OLake (v0.2.5 - v0.2.7)
September 20 – October 11, 2025
🎯 What's New
Sources
-
PgOutput Plugin Implementation -
Implemented PgOutput plugin for PostgreSQL CDC operations, delivering faster change data capture performance. Enhanced normalization logic with concurrency support and integrated batch variable processing from command line parameters for optimized throughput and resource utilization. -
MongoDB IAM Authentication Support -
Enables AWS IAM–based authentication for MongoDB connections. WhenIamUser=true
and machine-level IAM configurations are in place, users no longer need to provide a username and password for connecting OLake to Mongo DB Source.
Platform Features
- Documentation Link Validation Workflow -
Added automated GitHub workflow to validate documentation links in pull requests for new features. This workflow automatically checks that all documentation links are valid and accessible, preventing broken links from being merged and ensuring documentation quality across new feature releases.
🔧 Bug Fixes & Stability
-
gRPC port binding retry mechanism -
Added backoff retry mechanism to resolve intermittent java.io.IOException: Failed to bind to address 0.0.0.0/0.0.0.0:50080 errors when creating the Iceberg writer gRPC server.
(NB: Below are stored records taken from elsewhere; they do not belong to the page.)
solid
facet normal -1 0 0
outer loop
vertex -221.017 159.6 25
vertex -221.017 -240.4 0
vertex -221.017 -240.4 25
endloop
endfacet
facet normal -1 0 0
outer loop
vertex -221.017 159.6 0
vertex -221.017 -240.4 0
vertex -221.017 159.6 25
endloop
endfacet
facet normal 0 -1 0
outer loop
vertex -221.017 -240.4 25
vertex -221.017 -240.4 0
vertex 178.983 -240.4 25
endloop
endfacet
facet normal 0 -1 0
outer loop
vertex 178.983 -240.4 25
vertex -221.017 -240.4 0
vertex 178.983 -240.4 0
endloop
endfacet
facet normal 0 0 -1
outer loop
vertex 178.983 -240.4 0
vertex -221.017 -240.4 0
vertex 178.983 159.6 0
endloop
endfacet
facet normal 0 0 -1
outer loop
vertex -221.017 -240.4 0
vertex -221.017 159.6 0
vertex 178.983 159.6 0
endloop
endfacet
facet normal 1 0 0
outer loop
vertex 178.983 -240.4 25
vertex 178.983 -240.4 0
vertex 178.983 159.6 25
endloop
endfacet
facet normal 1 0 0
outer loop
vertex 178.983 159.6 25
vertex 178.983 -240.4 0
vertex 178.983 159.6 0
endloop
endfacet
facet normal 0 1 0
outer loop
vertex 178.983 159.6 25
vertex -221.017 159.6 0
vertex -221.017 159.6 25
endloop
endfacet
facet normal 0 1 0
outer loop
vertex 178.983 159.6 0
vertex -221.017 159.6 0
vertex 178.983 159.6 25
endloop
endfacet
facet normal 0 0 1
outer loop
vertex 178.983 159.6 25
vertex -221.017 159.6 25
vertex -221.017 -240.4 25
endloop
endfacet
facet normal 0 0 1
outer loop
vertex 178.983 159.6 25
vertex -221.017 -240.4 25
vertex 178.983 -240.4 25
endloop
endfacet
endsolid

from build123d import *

# Parameters (mm, degrees)
ESBO_O1_W                = 400
ESBO_O1_H                = 400
RESSALTO_EXTRUS_O1_DEPTH = 25
ESBO_O2_W                = 50
ESBO_O2_H                = 50
RESSALTO_EXTRUS_O3_DEPTH = 30
ESBO_O3_W                = 400
ESBO_O3_H                = 5
CORTE_EXTRUS_O1_DEPTH    = 458.682719878


with BuildPart() as part:
    # Esboço1 → Ressalto-extrusão1 (new body)
    with BuildSketch(Plane.XY):
        with Locations((-21.016904501, -40.4)):
            Rectangle(ESBO_O1_W, ESBO_O1_H)
    extrude(amount=RESSALTO_EXTRUS_O1_DEPTH)

    # Esboço2 → Ressalto-extrusão3 (add)
    with BuildSketch(Plane.XY.offset(25)):
        with Locations((-196.016904501, 134.6)):
            Rectangle(ESBO_O2_W, ESBO_O2_H)
        with Locations((-96.016904501, 34.6)):
            Rectangle(ESBO_O2_W, ESBO_O2_H)
        with Locations((3.983095499, -65.4)):
            Rectangle(ESBO_O2_W, ESBO_O2_H)
        with Locations((104.55184435, -165.4)):
            Rectangle(ESBO_O2_W, ESBO_O2_H)
        with Locations((-196.016904501, -165.4)):
            Rectangle(ESBO_O2_W, ESBO_O2_H)
        with Locations((-196.016904501, -65.4)):
            Rectangle(ESBO_O2_W, ESBO_O2_H)
        with Locations((-96.016904501, -215.4)):
            Rectangle(ESBO_O2_W, ESBO_O2_H)
        with Locations((3.983095499, -215.4)):
            Rectangle(ESBO_O2_W, ESBO_O2_H)
        with Locations((-97.204301074, 134.6)):
            Rectangle(ESBO_O2_W, ESBO_O2_H)
        with Locations((4.217571053, 134.6)):
            Rectangle(ESBO_O2_W, ESBO_O2_H)
        with Locations((-96.016904501, -65.4)):
            Rectangle(ESBO_O2_W, ESBO_O2_H)
        with Locations((153.983095499, 34.6)):
            Rectangle(ESBO_O2_W, ESBO_O2_H)
        with Locations((153.983095499, -65.4)):
            Rectangle(ESBO_O2_W, ESBO_O2_H)
        with Locations((53.983095499, 34.6)):
            Rectangle(ESBO_O2_W, ESBO_O2_H)
        with Locations((-196.016904501, 34.6)):
            Rectangle(ESBO_O2_W, ESBO_O2_H)
        with Locations((103.983095499, 134.6)):
            Rectangle(ESBO_O2_W, ESBO_O2_H)
    extrude(amount=-RESSALTO_EXTRUS_O3_DEPTH)

    # Esboço3 → Corte-extrusão1 (cut, through all)
    with BuildSketch(Plane(origin=(0, 159.6, 0), x_dir=(1, 0, 0), z_dir=(0, 1, 0))):
        with Locations((-21.016904501, 2.5)):
            Rectangle(ESBO_O3_W, ESBO_O3_H)
    extrude(amount=-CORTE_EXTRUS_O1_DEPTH, mode=Mode.SUBTRACT)


solid = part.part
This fix addresses port binding conflicts that occur when the port remains occupied during golang dialTimeout operations, improving connection reliability and reducing startup failures. -
MySQL CDC binlog position tracking -
Enhanced state cursor handling for MySQL CDC sync to include both start and end binlog positions, ensuring the cursor captures the full range of positions. -
MongoDB CDC for Sharded Clusters -
Enhanced PBRT (Post-Batch Resume Token) handling to resolve resume token inconsistencies across shards. This update ensures that after a failover or shard migration, CDC resume tokens are correctly retrieved and applied for each shard’s stream, preventing data gaps or duplicate event processing when resuming change streams. -
MongoDB _id Multiple Types Detection Fix -
Fixed sync failures in collections where the _id field exists in more than one data type. OLake now accurately detects each _id type and applies a unified handling approach to prevent type mismatch errors during synchronization. -
MongoDB bucketAuto Strategy Disk Usage Fix -
Fixed MongoDB syncs failing on collections with string-type _id fields when sort operations exceed server memory limits. The fix enables allowDiskUse=true for the bucketAuto partitioning strategy, ensuring large collections can be synced reliably by allowing MongoDB to spill sort operations to disk when memory is exhausted. -
Oracle SCN Dependency Removal and Cursor Consistency Fix -
Removed SCN dependency from the Oracle driver to avoid reliance on short-lived SCNs and reduce database load. Ensured stable cursor handling by determining the initial maximum cursor value before chunking, preventing skipped records during incremental sync. -
Parquet Writer Default Fields Handling Fix -
Fixed an issue where default fields were omitted in the Parquet writer when normalization was disabled, ensuring all required fields are included in output files. -
MySQL GlobalState Variable Shadowing and Server ID Range Fix -
Fixed a variable shadowing issue in MySQLGlobalState that could cause inconsistent state handling during binlog syncs, and expanded server ID generation to use the full uint32 range (1000–4294967295) for better distribution and MySQL compatibility.